(Saved entries)

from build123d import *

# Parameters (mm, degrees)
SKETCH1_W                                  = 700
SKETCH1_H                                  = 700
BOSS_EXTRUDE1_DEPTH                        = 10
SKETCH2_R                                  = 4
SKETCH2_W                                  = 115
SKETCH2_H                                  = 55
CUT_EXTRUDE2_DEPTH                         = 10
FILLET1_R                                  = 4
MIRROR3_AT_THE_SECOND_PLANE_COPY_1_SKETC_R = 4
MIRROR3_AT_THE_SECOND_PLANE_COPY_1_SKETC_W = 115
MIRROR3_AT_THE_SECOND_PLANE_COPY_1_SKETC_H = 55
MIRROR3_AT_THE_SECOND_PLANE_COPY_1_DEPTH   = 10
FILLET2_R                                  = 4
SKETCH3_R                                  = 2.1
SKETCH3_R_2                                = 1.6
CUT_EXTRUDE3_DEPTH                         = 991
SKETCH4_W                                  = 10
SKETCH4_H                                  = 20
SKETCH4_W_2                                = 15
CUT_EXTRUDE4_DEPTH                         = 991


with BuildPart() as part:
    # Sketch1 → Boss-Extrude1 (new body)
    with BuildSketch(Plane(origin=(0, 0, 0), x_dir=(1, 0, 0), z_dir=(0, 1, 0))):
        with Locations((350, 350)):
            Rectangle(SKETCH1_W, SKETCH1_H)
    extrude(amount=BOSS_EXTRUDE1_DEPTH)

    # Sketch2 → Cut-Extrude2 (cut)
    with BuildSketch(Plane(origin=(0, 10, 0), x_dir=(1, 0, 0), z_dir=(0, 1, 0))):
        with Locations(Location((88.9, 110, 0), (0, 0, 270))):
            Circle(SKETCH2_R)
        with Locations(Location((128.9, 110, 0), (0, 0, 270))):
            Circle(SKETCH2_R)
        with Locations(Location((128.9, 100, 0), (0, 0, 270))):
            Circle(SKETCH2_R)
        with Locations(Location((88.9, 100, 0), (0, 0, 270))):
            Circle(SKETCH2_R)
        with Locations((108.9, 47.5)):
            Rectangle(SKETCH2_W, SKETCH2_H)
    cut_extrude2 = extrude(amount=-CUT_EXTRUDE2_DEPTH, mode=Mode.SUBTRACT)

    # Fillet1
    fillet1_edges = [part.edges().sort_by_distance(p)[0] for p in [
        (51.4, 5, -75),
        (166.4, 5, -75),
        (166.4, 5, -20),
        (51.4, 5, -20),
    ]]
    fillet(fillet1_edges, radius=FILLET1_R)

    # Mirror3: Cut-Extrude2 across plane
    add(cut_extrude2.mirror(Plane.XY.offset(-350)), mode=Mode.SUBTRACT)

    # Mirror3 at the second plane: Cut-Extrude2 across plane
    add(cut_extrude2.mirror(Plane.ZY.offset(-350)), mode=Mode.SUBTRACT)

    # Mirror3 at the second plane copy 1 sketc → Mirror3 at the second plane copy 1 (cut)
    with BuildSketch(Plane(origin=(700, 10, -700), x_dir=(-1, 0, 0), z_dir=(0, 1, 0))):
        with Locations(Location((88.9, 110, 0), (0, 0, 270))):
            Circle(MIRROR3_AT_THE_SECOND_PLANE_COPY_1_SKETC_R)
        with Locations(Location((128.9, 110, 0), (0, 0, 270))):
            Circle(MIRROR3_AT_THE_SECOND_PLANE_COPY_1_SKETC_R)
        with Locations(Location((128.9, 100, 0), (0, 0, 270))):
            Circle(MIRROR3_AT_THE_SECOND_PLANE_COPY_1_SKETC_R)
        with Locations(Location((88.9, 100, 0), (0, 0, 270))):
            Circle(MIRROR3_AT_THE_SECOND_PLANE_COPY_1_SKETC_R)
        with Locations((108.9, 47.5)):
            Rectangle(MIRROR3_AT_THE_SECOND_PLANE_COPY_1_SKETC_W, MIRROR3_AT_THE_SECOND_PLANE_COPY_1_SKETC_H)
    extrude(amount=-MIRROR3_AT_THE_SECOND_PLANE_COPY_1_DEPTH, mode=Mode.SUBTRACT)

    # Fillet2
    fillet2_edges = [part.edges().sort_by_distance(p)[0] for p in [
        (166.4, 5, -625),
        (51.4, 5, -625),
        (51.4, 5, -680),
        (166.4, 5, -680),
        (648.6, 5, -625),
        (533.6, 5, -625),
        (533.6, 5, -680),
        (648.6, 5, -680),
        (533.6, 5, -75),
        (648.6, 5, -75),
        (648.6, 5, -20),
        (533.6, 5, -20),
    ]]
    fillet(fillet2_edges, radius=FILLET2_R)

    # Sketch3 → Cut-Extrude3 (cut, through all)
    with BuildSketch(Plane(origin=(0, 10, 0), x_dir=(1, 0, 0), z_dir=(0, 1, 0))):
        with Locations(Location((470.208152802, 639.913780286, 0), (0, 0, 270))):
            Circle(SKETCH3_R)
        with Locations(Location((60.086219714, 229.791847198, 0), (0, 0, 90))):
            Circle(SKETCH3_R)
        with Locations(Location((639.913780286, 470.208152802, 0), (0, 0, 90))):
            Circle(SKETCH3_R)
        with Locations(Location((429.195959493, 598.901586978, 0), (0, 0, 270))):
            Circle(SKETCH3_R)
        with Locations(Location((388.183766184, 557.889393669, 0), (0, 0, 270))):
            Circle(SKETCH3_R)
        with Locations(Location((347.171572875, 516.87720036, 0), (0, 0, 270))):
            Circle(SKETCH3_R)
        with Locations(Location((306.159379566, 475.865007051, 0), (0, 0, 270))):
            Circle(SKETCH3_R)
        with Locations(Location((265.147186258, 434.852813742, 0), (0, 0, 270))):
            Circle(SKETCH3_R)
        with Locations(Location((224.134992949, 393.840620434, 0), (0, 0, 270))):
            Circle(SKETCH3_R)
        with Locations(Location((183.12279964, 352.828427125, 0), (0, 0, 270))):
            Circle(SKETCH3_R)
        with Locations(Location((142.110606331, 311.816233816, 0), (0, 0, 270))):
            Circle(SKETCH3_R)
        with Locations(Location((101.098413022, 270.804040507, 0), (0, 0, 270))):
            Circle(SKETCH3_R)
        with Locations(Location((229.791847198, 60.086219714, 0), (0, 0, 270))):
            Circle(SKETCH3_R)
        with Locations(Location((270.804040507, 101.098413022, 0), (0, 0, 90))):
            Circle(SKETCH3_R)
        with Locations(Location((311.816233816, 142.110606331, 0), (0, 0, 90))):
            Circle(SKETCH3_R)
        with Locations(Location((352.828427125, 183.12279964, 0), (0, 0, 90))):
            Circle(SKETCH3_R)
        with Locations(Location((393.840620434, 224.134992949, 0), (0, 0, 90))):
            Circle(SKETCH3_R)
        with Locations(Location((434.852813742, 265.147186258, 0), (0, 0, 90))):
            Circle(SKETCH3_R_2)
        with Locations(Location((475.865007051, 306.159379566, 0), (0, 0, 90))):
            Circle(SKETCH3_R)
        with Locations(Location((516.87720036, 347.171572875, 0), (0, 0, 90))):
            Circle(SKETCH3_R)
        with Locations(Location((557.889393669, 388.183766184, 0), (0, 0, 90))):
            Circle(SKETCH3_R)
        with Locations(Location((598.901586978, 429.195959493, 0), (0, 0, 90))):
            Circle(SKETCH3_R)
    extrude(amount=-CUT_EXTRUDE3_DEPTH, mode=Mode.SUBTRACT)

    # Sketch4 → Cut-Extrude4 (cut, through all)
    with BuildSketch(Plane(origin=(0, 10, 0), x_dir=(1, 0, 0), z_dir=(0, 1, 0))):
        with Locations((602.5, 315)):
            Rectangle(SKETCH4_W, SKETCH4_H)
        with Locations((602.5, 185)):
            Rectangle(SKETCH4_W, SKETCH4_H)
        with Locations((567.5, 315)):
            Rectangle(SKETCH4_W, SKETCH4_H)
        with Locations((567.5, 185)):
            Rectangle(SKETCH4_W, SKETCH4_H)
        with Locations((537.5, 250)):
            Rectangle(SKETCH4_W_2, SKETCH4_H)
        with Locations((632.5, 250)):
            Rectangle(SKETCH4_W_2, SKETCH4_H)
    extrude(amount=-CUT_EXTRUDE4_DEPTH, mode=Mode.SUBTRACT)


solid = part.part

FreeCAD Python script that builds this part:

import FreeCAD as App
import Part
import Sketcher


def edges_at(feature, points):
    """Names of the edges that pass closest to the given points."""
    edges = feature.Shape.Edges
    near = lambda p: min(range(len(edges)), key=lambda i: edges[i].distToShape(Part.Vertex(*p))[0])
    return sorted({f"Edge{near(p) + 1}" for p in points})

doc = App.newDocument("Part")
body = doc.addObject("PartDesign::Body", "Body")

# Sketch on XZ plane
sketch1 = doc.addObject("Sketcher::SketchObject", "Sketch")
body.addObject(sketch1)
sketch1.AttachmentSupport = (doc.XZ_Plane, [""])
sketch1.MapMode = "FlatFace"
sketch1.addGeometry([
    Part.LineSegment(App.Vector(0, -700, 0), App.Vector(0, 0, 0)),
    Part.LineSegment(App.Vector(0, 0, 0), App.Vector(700, 0, 0)),
    Part.LineSegment(App.Vector(700, 0, 0), App.Vector(700, -700, 0)),
    Part.LineSegment(App.Vector(700, -700, 0), App.Vector(0, -700, 0)),
], False)
sketch1.addConstraint([
    Sketcher.Constraint("Coincident", 0, 2, 1, 1),
    Sketcher.Constraint("Coincident", 1, 2, 2, 1),
    Sketcher.Constraint("Coincident", 2, 2, 3, 1),
    Sketcher.Constraint("Coincident", 3, 2, 0, 1),
    Sketcher.Constraint("Vertical", 0),
    Sketcher.Constraint("Horizontal", 1),
    Sketcher.Constraint("Vertical", 2),
    Sketcher.Constraint("Horizontal", 3),
    Sketcher.Constraint("Coincident", 0, 2, -1, 1),
    Sketcher.Constraint("Equal", 3, 0),
    Sketcher.Constraint("DistanceX", 1, 1, 1, 2, 700.0),
])
pad1 = doc.addObject("PartDesign::Pad", "Pad")
body.addObject(pad1)
pad1.Profile = sketch1
pad1.Length = 10
pad1.Reversed = True

# Sketch on XZ plane
sketch2 = doc.addObject("Sketcher::SketchObject", "Sketch001")
body.addObject(sketch2)
sketch2.AttachmentSupport = (doc.XZ_Plane, [""])
sketch2.MapMode = "FlatFace"
sketch2.AttachmentOffset = App.Placement(App.Vector(0, 0, -10), App.Rotation())
sketch2.addGeometry([
    Part.Circle(App.Vector(88.9, -110, 0), App.Vector(0, 0, 1), 4),  # 0
    Part.Circle(App.Vector(128.9, -110, 0), App.Vector(0, 0, 1), 4),  # 1
    Part.Circle(App.Vector(128.9, -100, 0), App.Vector(0, 0, 1), 4),  # 2
    Part.Circle(App.Vector(88.9, -100, 0), App.Vector(0, 0, 1), 4),  # 3
    Part.LineSegment(App.Vector(51.4, -75, 0), App.Vector(51.4, -20, 0)),  # 4
    Part.LineSegment(App.Vector(51.4, -20, 0), App.Vector(166.4, -20, 0)),  # 5
    Part.LineSegment(App.Vector(166.4, -20, 0), App.Vector(166.4, -75, 0)),  # 6
    Part.LineSegment(App.Vector(166.4, -75, 0), App.Vector(51.4, -75, 0)),  # 7
], False)
sketch2.addConstraint([
    Sketcher.Constraint("Coincident", 4, 2, 5, 1),
    Sketcher.Constraint("Coincident", 5, 2, 6, 1),
    Sketcher.Constraint("Coincident", 6, 2, 7, 1),
    Sketcher.Constraint("Coincident", 7, 2, 4, 1),
    Sketcher.Constraint("Vertical", 4),
    Sketcher.Constraint("Horizontal", 5),
    Sketcher.Constraint("Vertical", 6),
    Sketcher.Constraint("Horizontal", 7),
    Sketcher.Constraint("Equal", 0, 1),
    Sketcher.Constraint("Equal", 1, 2),
    Sketcher.Constraint("Equal", 2, 3),
    Sketcher.Constraint("Horizontal", 0, 3, 1, 3),
    Sketcher.Constraint("Horizontal", 2, 3, 3, 3),
    Sketcher.Constraint("Vertical", 1, 3, 2, 3),
    Sketcher.Constraint("Vertical", 0, 3, 3, 3),
    Sketcher.Constraint("Diameter", 0, 8.0),
    Sketcher.Constraint("DistanceX", 5, 1, 5, 2, 115.0),
    Sketcher.Constraint("DistanceY", 4, 1, 4, 2, 55.0),
    Sketcher.Constraint("DistanceY", 0, 3, -1, 1, 110.0),
    Sketcher.Constraint("DistanceY", 2, 3, -1, 1, 100.0),
    Sketcher.Constraint("DistanceY", 4, 2, -1, 1, 20.0),
    Sketcher.Constraint("DistanceX", 0, 3, 1, 3, 40.0),
    Sketcher.Constraint("DistanceX", -1, 1, 0, 3, 88.9),
    Sketcher.Constraint("DistanceX", -1, 1, 4, 2, 51.4),
])
pocket1 = doc.addObject("PartDesign::Pocket", "Pocket")
body.addObject(pocket1)
pocket1.Profile = sketch2
pocket1.Length = 10
pocket1.Reversed = True
doc.recompute()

What you need to do:
Look above and repeat, character for character, the lines from the first one to the line with "with BuildPart() as", counting both.

Response to this exercise:
from build123d import *

# Parameters (mm, degrees)
SKETCH1_W                                  = 700
SKETCH1_H                                  = 700
BOSS_EXTRUDE1_DEPTH                        = 10
SKETCH2_R                                  = 4
SKETCH2_W                                  = 115
SKETCH2_H                                  = 55
CUT_EXTRUDE2_DEPTH                         = 10
FILLET1_R                                  = 4
MIRROR3_AT_THE_SECOND_PLANE_COPY_1_SKETC_R = 4
MIRROR3_AT_THE_SECOND_PLANE_COPY_1_SKETC_W = 115
MIRROR3_AT_THE_SECOND_PLANE_COPY_1_SKETC_H = 55
MIRROR3_AT_THE_SECOND_PLANE_COPY_1_DEPTH   = 10
FILLET2_R                                  = 4
SKETCH3_R                                  = 2.1
SKETCH3_R_2                                = 1.6
CUT_EXTRUDE3_DEPTH                         = 991
SKETCH4_W                                  = 10
SKETCH4_H                                  = 20
SKETCH4_W_2                                = 15
CUT_EXTRUDE4_DEPTH                         = 991


with BuildPart() as part:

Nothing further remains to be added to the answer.